:: Input material ::

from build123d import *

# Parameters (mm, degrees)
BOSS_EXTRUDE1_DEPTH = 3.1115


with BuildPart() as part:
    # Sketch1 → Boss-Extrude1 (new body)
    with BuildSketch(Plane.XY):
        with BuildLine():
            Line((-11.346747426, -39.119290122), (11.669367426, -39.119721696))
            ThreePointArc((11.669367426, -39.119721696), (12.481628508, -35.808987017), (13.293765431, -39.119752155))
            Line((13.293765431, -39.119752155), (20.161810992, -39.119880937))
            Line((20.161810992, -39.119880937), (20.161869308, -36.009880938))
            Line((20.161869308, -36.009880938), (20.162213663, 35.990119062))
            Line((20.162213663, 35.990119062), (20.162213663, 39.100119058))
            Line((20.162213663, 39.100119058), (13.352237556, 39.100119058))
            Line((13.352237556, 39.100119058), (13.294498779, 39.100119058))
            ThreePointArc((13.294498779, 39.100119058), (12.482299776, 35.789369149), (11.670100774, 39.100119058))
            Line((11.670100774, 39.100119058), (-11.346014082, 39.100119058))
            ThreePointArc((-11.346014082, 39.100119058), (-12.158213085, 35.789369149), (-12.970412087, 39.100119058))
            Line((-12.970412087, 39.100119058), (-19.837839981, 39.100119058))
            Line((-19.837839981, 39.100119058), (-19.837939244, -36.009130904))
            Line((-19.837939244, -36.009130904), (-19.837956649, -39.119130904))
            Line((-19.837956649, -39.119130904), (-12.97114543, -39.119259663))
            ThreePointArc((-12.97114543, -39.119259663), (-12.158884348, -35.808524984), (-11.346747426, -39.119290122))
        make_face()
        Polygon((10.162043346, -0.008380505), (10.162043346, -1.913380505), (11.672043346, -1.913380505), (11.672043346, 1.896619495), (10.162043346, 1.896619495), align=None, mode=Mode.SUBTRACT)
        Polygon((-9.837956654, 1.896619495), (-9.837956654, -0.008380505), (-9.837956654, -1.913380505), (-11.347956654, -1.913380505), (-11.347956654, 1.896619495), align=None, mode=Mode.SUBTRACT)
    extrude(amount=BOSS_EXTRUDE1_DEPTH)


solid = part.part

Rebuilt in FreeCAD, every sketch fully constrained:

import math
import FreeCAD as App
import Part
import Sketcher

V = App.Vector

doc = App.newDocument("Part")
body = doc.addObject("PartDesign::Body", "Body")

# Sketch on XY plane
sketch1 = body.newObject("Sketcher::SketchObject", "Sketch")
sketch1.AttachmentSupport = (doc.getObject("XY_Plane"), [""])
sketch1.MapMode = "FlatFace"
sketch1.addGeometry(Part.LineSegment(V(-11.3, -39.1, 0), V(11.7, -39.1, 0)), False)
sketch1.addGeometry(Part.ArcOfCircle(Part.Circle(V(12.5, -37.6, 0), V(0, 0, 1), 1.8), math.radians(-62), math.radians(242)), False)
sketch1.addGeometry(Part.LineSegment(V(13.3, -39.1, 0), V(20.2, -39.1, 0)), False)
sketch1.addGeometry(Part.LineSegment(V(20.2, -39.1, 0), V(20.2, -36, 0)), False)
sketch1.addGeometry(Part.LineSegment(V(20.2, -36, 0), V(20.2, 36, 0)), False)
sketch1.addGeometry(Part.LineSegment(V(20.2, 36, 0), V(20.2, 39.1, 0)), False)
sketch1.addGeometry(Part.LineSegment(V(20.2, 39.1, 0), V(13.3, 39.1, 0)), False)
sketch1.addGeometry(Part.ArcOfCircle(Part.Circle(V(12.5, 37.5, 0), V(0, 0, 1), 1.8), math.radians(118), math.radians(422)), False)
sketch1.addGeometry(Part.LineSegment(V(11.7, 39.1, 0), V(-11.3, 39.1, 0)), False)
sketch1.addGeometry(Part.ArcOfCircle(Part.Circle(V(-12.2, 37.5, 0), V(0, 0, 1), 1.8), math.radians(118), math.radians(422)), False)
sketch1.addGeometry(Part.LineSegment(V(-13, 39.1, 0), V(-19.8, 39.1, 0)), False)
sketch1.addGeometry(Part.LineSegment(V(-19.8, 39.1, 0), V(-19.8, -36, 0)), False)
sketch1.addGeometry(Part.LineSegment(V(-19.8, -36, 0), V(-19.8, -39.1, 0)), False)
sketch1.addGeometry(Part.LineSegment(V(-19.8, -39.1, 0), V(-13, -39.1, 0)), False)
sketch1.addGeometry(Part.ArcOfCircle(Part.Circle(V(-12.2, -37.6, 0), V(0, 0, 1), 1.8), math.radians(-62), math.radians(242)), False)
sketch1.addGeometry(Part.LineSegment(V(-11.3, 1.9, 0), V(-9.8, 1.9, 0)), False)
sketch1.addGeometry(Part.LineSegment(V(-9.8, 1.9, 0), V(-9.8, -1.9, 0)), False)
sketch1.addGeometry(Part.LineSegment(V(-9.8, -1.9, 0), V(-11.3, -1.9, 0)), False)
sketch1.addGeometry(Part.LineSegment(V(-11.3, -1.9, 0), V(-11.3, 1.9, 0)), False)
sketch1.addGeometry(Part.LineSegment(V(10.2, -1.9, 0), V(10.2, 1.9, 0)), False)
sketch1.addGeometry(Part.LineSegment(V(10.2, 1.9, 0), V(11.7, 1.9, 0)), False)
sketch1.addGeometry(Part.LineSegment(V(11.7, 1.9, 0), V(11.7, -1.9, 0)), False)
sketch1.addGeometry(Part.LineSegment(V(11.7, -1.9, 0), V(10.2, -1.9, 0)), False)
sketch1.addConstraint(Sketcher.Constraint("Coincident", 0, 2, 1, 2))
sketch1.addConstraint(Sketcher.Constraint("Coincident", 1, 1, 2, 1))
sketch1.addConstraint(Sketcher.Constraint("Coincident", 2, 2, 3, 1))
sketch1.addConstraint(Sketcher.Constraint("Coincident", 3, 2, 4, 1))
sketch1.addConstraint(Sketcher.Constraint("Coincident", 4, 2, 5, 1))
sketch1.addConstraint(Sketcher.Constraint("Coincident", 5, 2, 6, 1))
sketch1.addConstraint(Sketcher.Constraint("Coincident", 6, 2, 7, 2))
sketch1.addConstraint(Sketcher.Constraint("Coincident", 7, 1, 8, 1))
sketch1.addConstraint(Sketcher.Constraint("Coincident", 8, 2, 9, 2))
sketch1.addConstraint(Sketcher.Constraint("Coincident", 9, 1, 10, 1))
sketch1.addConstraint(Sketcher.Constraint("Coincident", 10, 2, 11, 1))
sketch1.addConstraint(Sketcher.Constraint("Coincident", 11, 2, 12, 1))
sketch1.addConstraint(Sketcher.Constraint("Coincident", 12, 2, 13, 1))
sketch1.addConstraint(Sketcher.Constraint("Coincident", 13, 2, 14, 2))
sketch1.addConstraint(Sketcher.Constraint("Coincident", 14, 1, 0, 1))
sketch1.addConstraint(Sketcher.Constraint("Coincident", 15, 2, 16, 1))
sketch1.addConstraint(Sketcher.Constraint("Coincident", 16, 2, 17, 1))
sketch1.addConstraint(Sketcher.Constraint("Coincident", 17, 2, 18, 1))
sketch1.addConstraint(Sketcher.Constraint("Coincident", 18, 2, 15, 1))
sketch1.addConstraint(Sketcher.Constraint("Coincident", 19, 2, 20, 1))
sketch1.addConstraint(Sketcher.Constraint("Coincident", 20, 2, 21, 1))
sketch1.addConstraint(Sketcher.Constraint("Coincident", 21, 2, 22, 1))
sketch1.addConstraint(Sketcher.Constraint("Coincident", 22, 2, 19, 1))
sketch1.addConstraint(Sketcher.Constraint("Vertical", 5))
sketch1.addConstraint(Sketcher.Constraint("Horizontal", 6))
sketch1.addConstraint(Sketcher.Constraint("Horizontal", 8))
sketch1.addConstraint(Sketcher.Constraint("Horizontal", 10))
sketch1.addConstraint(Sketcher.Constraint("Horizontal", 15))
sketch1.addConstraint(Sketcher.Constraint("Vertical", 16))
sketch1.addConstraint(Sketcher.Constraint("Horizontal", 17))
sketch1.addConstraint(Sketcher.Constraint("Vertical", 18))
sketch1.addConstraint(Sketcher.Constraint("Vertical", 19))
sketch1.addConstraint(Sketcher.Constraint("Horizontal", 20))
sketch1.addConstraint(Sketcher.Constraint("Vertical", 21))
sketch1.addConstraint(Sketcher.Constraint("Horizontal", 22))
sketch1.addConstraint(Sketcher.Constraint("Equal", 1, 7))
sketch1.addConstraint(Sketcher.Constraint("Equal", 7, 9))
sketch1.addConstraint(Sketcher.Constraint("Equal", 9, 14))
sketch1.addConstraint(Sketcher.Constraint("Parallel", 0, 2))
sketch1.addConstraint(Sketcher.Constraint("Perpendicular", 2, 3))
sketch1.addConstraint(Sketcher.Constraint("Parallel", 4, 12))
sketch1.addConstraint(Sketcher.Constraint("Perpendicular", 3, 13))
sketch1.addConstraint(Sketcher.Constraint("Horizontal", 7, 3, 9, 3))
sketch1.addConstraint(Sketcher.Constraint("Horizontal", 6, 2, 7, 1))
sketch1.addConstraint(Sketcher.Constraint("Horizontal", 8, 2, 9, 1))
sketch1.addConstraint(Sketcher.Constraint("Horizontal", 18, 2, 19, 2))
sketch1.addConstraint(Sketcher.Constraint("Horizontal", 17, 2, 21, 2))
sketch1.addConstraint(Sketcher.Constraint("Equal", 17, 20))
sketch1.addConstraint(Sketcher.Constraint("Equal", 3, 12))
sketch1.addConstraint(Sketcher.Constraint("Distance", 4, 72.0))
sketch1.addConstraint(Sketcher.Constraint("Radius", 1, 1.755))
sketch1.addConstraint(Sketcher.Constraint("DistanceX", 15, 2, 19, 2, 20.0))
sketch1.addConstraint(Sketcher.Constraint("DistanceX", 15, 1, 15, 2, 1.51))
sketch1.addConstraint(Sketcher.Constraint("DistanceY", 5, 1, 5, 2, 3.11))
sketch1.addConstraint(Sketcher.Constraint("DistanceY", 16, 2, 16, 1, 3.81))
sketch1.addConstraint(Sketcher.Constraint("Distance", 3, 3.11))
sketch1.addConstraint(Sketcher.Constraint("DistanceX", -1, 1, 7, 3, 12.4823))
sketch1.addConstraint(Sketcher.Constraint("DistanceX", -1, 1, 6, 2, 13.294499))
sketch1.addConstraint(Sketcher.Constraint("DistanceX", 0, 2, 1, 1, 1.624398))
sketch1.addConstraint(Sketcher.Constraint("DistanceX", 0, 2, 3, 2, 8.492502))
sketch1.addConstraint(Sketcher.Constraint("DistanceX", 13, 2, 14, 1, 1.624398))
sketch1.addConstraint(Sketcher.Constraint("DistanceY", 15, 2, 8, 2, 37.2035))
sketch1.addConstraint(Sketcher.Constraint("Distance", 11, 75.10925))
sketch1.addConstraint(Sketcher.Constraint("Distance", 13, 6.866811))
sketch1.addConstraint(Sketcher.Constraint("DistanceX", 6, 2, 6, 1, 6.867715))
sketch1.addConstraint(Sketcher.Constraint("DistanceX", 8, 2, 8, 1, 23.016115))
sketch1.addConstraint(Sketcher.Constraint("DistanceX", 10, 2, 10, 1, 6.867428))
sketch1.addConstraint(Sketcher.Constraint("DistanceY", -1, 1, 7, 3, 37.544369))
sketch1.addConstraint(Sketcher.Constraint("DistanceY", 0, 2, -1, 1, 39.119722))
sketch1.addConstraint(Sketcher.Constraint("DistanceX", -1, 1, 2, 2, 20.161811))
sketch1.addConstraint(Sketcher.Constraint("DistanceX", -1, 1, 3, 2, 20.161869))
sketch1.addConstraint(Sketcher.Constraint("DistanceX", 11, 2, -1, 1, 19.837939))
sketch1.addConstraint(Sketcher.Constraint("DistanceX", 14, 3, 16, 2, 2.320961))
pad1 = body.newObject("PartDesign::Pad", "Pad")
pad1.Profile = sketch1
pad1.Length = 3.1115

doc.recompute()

:::

- What is required:
Copy out the lines above that hold the string "with".

- Response:
with BuildPart() as part:
    with BuildSketch(Plane.XY):
        with BuildLine():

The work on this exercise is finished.